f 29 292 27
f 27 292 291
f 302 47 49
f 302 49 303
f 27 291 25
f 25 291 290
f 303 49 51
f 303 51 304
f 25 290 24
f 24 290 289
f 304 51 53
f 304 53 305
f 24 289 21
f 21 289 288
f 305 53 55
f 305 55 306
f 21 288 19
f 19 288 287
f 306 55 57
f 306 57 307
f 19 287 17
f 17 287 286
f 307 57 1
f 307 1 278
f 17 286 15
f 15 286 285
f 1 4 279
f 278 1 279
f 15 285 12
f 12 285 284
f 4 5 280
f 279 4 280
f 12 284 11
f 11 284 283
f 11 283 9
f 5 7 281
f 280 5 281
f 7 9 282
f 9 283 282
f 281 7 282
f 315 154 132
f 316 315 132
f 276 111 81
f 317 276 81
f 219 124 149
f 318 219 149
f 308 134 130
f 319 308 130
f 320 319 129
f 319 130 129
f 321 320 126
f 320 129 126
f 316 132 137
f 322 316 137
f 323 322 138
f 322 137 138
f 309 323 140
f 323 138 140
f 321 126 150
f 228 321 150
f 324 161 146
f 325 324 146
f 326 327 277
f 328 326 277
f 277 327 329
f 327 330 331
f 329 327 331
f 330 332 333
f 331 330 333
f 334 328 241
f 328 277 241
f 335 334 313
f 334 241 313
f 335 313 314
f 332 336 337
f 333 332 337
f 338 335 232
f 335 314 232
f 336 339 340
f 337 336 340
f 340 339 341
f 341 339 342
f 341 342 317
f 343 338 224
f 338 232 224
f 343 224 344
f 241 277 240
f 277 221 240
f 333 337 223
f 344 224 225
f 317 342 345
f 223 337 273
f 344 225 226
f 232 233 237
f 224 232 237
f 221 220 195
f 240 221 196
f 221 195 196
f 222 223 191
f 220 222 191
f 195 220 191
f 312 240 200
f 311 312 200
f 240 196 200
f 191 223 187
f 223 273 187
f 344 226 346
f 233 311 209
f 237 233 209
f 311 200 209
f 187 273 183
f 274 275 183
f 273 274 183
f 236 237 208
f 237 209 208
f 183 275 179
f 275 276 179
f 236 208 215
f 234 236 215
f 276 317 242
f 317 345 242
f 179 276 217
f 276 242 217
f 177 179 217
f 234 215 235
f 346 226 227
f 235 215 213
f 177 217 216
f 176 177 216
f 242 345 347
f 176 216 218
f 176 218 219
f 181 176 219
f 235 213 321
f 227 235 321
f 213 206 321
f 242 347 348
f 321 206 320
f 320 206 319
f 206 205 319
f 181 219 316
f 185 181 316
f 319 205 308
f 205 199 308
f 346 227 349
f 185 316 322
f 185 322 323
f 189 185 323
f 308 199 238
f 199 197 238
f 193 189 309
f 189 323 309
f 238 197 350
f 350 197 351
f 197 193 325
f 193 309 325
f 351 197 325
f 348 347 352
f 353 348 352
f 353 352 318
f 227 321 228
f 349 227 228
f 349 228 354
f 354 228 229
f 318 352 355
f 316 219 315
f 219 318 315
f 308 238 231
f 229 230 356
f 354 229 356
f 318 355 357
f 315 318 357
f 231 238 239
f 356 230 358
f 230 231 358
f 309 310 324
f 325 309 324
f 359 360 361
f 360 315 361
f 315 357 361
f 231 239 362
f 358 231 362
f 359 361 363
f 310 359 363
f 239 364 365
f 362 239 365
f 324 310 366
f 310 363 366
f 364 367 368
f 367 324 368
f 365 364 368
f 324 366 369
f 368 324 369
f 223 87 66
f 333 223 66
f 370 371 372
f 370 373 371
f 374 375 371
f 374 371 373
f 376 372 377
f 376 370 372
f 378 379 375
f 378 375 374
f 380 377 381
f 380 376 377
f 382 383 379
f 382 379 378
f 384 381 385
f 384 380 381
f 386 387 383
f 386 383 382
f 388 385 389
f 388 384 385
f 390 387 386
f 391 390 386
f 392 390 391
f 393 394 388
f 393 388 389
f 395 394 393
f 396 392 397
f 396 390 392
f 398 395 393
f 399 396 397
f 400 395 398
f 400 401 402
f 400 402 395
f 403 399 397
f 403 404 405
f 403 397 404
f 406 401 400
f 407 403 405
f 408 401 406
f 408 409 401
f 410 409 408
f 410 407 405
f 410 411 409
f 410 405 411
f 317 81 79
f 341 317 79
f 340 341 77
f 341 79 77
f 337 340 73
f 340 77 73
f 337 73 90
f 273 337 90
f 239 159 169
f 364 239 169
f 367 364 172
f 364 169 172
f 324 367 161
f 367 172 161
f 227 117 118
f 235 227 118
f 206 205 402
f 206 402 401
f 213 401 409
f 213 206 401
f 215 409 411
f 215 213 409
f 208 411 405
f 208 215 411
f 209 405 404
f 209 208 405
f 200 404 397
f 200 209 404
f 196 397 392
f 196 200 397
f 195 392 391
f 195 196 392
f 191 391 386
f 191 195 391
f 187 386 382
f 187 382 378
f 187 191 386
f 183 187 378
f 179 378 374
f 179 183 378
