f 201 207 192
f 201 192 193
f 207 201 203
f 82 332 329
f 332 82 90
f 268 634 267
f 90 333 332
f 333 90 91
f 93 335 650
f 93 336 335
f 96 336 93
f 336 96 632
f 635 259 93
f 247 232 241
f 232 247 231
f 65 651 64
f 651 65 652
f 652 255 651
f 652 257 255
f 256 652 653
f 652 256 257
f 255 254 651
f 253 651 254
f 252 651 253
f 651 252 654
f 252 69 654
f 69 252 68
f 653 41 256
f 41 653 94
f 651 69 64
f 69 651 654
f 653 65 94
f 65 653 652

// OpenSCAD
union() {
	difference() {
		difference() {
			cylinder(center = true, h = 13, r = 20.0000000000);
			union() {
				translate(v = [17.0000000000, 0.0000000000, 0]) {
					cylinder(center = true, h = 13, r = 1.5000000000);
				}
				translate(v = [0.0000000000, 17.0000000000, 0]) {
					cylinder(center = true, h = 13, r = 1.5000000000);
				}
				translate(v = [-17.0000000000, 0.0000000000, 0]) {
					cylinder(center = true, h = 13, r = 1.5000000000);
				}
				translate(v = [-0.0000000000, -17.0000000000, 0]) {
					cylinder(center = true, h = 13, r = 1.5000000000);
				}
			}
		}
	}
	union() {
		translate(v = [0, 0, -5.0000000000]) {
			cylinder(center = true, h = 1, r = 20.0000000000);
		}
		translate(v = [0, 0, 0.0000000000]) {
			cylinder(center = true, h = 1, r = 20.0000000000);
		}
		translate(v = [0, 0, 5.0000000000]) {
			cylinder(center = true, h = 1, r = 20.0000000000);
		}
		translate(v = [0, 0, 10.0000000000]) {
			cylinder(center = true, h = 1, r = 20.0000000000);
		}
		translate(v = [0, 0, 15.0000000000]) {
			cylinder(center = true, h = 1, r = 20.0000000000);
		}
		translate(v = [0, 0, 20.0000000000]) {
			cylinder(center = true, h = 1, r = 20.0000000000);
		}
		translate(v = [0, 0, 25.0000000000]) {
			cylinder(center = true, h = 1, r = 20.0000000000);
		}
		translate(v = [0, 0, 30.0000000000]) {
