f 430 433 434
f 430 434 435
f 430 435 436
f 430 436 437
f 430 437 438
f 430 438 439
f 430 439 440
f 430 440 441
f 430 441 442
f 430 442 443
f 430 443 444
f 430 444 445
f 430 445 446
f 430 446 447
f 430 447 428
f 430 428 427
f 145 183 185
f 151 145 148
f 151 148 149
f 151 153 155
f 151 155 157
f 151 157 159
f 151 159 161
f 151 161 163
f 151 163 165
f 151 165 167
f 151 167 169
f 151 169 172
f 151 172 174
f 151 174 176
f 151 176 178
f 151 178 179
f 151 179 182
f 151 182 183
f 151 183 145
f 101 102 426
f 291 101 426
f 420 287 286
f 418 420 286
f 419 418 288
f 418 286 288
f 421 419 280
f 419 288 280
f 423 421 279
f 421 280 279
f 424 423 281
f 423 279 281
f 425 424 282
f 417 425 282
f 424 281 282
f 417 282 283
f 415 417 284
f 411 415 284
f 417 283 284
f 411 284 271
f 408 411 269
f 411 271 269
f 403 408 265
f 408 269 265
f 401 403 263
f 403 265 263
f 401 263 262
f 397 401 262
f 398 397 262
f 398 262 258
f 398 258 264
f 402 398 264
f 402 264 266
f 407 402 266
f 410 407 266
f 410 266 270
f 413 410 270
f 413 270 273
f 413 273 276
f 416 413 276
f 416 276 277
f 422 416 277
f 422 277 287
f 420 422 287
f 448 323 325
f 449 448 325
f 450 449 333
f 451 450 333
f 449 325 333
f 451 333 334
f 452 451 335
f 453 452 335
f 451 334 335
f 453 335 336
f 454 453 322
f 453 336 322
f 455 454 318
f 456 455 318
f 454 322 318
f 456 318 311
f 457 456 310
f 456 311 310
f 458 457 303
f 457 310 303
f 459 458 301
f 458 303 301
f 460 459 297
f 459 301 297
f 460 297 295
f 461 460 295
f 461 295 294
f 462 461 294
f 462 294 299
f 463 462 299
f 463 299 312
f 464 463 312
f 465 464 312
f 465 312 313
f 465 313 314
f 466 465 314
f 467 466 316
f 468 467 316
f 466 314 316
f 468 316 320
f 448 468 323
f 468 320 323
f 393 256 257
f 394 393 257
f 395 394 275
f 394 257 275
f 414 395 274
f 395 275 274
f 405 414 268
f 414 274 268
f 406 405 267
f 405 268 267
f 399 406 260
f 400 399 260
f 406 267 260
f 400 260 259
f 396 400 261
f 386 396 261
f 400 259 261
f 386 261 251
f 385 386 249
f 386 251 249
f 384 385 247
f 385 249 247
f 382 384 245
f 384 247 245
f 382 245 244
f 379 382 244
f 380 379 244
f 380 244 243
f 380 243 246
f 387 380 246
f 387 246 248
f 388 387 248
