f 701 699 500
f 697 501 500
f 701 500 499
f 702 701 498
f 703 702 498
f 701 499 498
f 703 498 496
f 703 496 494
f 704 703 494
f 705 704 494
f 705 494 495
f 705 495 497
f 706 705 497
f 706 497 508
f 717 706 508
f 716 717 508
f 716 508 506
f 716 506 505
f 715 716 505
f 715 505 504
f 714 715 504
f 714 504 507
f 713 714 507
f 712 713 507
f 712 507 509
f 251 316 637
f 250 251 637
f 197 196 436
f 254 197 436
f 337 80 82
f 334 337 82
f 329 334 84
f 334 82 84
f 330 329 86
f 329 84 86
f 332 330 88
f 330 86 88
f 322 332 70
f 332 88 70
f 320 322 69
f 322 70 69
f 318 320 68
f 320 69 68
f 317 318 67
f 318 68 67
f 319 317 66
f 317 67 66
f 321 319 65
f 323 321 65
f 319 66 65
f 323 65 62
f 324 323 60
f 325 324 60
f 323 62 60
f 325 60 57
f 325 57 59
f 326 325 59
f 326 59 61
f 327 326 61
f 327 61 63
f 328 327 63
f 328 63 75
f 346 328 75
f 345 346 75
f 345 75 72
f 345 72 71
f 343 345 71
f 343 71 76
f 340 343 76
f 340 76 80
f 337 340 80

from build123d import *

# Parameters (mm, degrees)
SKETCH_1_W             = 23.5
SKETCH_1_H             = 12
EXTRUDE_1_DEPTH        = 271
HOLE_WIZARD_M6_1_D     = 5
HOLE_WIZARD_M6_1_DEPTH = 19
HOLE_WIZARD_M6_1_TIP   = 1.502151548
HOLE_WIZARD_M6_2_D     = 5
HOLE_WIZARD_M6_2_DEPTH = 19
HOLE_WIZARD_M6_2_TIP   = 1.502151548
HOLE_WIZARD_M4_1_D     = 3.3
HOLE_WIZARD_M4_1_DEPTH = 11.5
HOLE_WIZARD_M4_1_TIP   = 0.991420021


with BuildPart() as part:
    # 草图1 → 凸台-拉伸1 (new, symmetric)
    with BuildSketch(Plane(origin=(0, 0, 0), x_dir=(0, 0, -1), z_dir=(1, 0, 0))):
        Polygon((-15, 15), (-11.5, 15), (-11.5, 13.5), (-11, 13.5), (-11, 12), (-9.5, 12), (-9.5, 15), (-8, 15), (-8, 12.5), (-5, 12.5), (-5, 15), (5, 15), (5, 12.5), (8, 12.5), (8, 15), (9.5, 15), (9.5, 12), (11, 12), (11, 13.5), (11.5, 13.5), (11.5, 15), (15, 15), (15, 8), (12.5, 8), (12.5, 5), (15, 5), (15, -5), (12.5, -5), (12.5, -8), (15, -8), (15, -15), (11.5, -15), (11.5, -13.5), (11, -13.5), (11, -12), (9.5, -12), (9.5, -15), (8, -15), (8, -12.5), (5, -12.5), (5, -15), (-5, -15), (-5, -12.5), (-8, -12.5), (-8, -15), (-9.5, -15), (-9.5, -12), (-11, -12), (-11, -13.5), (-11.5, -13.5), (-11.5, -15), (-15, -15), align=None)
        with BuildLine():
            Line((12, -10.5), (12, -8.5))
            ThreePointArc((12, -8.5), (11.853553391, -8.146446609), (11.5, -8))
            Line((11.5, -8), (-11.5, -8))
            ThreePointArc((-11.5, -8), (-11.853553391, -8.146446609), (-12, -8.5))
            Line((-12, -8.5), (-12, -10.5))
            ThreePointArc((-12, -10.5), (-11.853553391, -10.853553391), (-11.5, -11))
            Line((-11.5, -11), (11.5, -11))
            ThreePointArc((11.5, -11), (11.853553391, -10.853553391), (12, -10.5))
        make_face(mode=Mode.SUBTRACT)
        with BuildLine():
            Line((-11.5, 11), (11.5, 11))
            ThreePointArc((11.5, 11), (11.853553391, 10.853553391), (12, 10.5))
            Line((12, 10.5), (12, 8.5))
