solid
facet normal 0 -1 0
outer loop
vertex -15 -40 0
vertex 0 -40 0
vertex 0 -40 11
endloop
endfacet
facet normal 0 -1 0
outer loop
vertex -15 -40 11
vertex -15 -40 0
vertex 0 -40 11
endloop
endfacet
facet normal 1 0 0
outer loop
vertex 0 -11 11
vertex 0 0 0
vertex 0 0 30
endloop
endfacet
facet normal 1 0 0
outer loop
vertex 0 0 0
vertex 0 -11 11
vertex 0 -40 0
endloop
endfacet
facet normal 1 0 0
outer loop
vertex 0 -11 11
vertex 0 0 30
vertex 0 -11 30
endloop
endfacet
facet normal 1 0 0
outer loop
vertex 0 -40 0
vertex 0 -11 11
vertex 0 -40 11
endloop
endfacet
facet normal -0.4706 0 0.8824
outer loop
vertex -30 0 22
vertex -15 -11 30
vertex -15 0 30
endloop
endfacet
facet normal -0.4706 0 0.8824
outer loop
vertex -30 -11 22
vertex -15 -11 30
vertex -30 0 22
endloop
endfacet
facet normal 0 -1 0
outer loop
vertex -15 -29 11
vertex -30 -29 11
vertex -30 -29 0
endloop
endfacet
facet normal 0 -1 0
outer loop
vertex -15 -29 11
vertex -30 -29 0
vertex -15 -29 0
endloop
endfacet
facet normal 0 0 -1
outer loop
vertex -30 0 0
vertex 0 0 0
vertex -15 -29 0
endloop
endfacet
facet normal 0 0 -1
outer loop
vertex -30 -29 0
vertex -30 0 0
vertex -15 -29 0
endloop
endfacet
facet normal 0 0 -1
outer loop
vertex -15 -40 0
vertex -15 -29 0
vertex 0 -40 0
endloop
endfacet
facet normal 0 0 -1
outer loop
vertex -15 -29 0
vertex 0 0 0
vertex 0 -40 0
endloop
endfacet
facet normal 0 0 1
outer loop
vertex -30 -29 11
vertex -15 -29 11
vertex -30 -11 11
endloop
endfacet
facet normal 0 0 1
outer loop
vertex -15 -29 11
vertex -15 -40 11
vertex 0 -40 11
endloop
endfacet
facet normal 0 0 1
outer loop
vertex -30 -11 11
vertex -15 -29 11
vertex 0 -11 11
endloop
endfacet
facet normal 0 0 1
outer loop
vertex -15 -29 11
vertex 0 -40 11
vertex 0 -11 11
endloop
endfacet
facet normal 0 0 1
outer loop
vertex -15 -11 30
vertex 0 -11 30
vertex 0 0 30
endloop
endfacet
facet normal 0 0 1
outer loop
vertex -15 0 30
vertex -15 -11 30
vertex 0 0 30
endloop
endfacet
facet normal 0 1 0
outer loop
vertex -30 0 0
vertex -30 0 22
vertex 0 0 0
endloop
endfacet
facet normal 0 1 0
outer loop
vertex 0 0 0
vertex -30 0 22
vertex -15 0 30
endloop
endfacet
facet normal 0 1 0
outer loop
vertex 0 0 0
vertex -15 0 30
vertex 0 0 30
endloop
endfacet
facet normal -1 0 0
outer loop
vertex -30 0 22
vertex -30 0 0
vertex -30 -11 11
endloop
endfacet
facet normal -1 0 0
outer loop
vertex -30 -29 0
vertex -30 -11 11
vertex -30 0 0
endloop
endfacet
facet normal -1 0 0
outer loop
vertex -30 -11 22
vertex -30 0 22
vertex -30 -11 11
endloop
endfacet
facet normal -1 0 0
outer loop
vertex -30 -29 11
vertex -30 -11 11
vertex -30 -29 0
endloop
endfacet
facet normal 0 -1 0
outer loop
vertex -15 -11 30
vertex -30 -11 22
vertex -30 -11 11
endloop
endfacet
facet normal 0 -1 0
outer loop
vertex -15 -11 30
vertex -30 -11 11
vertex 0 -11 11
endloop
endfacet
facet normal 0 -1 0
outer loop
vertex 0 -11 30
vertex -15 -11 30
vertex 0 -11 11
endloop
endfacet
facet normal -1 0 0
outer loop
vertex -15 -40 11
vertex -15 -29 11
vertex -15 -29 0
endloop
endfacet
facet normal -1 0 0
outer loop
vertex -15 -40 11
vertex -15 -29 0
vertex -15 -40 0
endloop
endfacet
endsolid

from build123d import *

# Parameters (mm, degrees)
F1_DEPTH = 30
F2_W     = 11
F2_H     = 15
F3_DEPTH = 11
F4_W     = 15
F4_H     = 8
F5_DEPTH = 11
F6_ANGLE = -90
F8_DEPTH = 11


with BuildPart() as f1:
    # F0 (on Front) → F1 (new body)
    with BuildSketch(Plane.XZ):
        Polygon((0, 30), (0, 0), (40, 0), (40, 11), (11, 11), (11, 30), align=None)
    extrude(amount=F1_DEPTH)

    # F2 (on face) → F3 (cut, through all)
    with BuildSketch(Plane.XY.offset(11)):
        with Locations((34.5, -22.5)):
            Rectangle(F2_W, F2_H)
    extrude(amount=-F3_DEPTH, mode=Mode.SUBTRACT)

    # F4 (on face) → F5 (cut, through all)
    with BuildSketch(Plane.YZ.offset(11)):
        with Locations((-22.5, 26)):
            Rectangle(F4_W, F4_H)
    extrude(amount=-F5_DEPTH, mode=Mode.SUBTRACT)


with BuildPart() as f1_1:
    # F6: moved
    add(f1.part.rotate(Axis((0, 0, 15), (0, 0, 1)), F6_ANGLE))

    # F7 (on face) → F8 (join, through all)
    with BuildSketch(Plane.XZ.offset(11)):
        Polygon((-15, 22), (-15, 30), (-30, 22), align=None)
    extrude(amount=-F8_DEPTH)


solid = f1_1.part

+++++

TASK GOAL
Look back at the entries above. Retype the line with "HOLE_WIZARD_M6_1_DEPTH = 19", the line with "# 草图1 → 凸台-拉伸1 (new, symmetric)", and all lines in between.

THE ANSWER
HOLE_WIZARD_M6_1_DEPTH = 19
HOLE_WIZARD_M6_1_TIP   = 1.502151548
HOLE_WIZARD_M6_2_D     = 5
HOLE_WIZARD_M6_2_DEPTH = 19
HOLE_WIZARD_M6_2_TIP   = 1.502151548
HOLE_WIZARD_M4_1_D     = 3.3
HOLE_WIZARD_M4_1_DEPTH = 11.5
HOLE_WIZARD_M4_1_TIP   = 0.991420021


with BuildPart() as part:
    # 草图1 → 凸台-拉伸1 (new, symmetric)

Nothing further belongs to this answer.